Every component in the standard library is a composition of Steps or Routers. No new primitives, no special channels.
// ToolLoop: LLM call → tool execution → result → loop until done
chat := stdlib.NewToolLoopStep(llm, tools, stdlib.ToolLoopOpts{
MaxIterations: 20,
Compaction: &compactionPolicy,
ToolHooks: []contract.ToolHook{auditHook},
})
// Declarative tool permissions: deny takes precedence over allow
safeTool := stdlib.NewPermissionDispatcher(tools,
[]string{"rm_rf", "drop_table"}, // always blocked
[]string{"read_*", "search_*"}, // only these allowed
)
// Auto-stop at $5
g.SetHooks(loom.HookPoints{
After: []loom.StepHook{stdlib.CostBudgetHook(5.00)},
})Read-only tools run in parallel automatically; stateful tools run serially. ToolLoop reads ToolDef.ReadOnly to decide.
loom/
├── graph.go Execution engine: State × Step × Router → Run / Resume
├── state.go Typed map with registrable merge policies
├── step.go type Step func(ctx, State) (State, error)

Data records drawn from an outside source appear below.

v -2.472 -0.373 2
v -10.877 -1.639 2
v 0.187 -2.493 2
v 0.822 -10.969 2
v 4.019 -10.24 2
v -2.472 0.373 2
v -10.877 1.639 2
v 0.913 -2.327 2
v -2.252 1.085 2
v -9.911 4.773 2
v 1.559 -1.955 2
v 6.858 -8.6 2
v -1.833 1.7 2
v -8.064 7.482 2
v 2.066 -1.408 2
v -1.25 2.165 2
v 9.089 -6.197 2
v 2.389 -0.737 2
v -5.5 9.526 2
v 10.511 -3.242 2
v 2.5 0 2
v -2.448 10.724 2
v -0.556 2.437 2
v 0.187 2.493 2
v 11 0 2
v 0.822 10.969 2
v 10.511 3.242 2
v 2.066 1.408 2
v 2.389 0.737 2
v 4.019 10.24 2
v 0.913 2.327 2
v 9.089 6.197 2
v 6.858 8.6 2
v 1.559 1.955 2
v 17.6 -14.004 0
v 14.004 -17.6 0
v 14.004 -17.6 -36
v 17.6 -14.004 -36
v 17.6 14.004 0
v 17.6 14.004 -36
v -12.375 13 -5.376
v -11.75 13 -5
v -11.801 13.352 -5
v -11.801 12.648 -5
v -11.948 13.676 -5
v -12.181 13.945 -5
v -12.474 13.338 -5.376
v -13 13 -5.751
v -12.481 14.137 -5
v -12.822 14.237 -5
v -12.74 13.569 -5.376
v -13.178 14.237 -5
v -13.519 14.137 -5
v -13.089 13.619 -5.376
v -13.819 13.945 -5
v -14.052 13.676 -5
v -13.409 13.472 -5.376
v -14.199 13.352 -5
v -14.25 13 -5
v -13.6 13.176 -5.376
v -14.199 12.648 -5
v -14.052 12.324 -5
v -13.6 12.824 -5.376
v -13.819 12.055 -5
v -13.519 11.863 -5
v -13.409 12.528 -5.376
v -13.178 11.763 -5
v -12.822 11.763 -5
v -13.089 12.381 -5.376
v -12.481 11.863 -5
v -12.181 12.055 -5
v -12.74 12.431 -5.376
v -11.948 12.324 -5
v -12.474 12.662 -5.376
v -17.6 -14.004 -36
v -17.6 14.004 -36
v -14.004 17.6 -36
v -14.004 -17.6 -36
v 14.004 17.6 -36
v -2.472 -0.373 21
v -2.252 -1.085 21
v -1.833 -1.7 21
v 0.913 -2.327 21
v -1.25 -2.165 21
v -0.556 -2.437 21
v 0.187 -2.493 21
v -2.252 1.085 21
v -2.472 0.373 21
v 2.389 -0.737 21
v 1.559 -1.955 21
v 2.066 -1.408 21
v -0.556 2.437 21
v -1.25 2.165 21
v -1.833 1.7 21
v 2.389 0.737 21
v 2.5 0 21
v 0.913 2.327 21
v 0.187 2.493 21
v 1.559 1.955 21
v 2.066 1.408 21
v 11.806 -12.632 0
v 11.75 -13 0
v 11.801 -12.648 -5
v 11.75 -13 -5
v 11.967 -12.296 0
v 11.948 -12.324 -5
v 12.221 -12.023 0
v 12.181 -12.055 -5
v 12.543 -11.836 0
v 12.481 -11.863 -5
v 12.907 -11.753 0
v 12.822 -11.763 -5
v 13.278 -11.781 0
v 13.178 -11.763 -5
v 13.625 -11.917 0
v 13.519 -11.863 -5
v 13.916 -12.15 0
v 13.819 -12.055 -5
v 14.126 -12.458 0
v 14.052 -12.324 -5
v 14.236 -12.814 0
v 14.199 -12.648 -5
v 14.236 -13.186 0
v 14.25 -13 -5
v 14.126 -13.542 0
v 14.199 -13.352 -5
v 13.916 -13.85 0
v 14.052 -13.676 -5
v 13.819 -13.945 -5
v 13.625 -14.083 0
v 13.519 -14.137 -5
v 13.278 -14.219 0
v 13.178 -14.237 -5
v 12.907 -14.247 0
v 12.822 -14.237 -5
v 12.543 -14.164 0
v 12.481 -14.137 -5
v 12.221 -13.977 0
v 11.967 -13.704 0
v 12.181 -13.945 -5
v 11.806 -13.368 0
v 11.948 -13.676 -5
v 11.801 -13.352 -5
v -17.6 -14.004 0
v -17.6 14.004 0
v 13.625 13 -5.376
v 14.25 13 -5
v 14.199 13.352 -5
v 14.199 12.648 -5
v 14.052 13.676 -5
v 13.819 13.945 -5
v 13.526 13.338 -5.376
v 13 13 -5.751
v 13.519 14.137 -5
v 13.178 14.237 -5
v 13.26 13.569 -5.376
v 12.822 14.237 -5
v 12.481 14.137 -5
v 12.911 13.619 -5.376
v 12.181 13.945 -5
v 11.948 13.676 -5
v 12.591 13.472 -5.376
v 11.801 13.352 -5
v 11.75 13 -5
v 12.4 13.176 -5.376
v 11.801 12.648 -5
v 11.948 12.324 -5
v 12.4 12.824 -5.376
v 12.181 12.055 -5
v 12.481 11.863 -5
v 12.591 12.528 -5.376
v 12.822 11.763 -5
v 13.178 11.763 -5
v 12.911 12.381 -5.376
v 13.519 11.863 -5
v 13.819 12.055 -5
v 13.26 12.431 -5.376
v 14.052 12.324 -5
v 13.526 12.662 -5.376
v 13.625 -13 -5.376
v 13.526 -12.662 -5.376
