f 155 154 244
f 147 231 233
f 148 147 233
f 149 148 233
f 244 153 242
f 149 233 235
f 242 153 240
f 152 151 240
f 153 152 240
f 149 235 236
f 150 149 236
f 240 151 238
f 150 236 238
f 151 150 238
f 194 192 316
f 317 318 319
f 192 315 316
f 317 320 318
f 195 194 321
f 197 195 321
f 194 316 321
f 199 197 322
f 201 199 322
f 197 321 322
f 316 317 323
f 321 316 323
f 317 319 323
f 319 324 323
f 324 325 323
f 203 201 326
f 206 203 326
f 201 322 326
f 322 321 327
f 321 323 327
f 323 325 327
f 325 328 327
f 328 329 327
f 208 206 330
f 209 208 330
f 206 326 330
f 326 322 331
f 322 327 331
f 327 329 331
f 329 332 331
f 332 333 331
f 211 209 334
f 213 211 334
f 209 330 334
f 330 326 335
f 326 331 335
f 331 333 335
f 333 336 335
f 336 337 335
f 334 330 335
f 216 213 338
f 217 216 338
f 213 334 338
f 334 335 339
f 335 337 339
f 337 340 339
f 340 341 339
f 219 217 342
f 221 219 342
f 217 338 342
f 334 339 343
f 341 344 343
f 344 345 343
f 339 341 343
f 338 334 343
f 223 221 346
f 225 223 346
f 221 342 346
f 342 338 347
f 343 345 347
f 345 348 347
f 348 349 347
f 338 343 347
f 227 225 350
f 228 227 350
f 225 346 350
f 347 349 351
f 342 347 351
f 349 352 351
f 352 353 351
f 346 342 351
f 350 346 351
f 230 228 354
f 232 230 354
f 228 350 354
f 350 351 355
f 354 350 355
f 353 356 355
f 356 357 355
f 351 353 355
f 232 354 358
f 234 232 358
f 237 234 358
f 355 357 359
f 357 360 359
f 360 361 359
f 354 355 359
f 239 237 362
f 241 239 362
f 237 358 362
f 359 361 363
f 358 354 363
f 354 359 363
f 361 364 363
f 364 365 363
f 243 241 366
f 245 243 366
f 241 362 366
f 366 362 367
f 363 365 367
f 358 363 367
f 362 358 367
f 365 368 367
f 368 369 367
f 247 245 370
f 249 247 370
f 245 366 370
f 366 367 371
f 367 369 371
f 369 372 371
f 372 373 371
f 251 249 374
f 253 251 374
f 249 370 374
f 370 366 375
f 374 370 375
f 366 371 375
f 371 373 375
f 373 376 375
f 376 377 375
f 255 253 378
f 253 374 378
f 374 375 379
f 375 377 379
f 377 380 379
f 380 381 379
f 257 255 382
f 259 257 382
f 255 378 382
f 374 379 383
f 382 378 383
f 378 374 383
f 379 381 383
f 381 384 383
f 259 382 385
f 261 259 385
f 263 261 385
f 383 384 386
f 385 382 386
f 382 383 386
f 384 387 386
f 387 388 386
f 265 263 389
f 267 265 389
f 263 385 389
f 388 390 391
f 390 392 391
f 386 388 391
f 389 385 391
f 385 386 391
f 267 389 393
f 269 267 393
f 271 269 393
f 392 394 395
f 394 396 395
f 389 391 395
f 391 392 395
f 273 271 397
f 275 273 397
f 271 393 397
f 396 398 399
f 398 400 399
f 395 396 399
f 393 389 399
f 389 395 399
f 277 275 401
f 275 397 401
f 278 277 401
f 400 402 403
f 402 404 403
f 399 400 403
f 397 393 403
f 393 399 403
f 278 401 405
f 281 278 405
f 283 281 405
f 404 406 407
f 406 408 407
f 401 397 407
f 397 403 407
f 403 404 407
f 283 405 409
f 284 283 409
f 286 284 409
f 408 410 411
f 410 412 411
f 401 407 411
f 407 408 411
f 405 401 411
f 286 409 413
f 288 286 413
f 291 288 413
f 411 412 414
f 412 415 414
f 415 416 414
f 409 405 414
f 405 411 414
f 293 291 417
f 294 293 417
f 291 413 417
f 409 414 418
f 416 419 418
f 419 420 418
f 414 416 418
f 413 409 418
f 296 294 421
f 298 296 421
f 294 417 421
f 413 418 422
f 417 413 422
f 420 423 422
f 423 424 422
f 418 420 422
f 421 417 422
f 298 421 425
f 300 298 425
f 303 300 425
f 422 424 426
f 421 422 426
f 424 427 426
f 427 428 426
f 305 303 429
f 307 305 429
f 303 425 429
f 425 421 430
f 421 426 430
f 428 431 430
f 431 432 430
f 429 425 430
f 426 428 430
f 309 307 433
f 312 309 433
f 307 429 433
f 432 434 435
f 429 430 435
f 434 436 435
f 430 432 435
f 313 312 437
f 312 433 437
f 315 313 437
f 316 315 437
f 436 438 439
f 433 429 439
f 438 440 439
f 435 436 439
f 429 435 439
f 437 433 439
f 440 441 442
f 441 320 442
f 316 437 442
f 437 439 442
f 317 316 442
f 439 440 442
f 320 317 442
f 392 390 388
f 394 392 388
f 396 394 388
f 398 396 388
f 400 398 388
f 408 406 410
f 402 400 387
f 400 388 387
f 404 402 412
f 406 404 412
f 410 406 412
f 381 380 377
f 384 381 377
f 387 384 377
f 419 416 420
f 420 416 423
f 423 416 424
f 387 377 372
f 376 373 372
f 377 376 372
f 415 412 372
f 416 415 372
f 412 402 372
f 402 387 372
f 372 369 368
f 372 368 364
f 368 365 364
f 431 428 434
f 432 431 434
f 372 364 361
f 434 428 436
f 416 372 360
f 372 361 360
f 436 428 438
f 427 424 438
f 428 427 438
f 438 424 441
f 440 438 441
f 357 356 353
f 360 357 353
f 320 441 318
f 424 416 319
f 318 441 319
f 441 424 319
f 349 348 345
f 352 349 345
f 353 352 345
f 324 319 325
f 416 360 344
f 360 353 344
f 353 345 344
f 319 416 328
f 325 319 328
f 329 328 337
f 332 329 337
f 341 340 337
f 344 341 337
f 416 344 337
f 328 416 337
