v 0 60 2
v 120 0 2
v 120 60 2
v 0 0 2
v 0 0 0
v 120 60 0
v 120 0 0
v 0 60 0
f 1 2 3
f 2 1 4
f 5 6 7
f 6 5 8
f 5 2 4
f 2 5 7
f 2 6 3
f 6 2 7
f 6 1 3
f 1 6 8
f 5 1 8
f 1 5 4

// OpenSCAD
// Skeleton Code for UF EGN 4932

module main() {
    cube([120, 60, 2]);
}

main();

├── router.go Control flow: Always / Branch / Condition
├── store.go 5-method persistence interface
├── options.go GraphOption: merge / checkpoint / budget
├── memstore.go In-memory Store (for testing)
│
├── contract/ Pure interfaces: LLM / ToolDispatcher / Embedder
├── stdlib/ Pre-built Steps & Hooks
│ ├── toolloop.go LLM ↔ Tool loop
│ ├── steps.go Guard / HumanWait / SubGraph / Handoff
│ ├── permission.go Declarative tool permissions
│ ├── budget.go Token & USD budget hooks
│ ├── prompt.go Tiered prompt assembly
│ └── session.go Session history persistence
│
├── pgstore/ PostgreSQL Store
└── provider/ LLM Providers (OpenAI / DeepSeek)
| Loom | LangGraph | OpenAI Agents SDK | |
|---|---|---|---|
| Language | Go | Python | Python |
| Kernel | ~600 LOC | ~15K LOC | ~3K LOC |
| Persistence | Auto checkpoint | Auto checkpoint | None |
| LLM coupling | Zero | Medium | Strong (OpenAI-bound) |
| Tool protocol | Any | LangChain Tools | function calling |
| Sub-graph nesting | Native | Native | Not supported |
| Human-in-the-loop | yield / resume | interrupt | Limited |
| Embeddable | Yes (Go package) | No (Python service) | No (Python service) |
- Long-running agents that need crash recovery
- Enterprise workflows that need human-in-the-loop approval
- Multi-agent orchestration without a heavyweight framework
- Budget control (token / USD) to prevent runaway agents
- Embedding agent capabilities in the Go ecosystem
Apache-2.0
A mature, complex product must have a lean, precise kernel.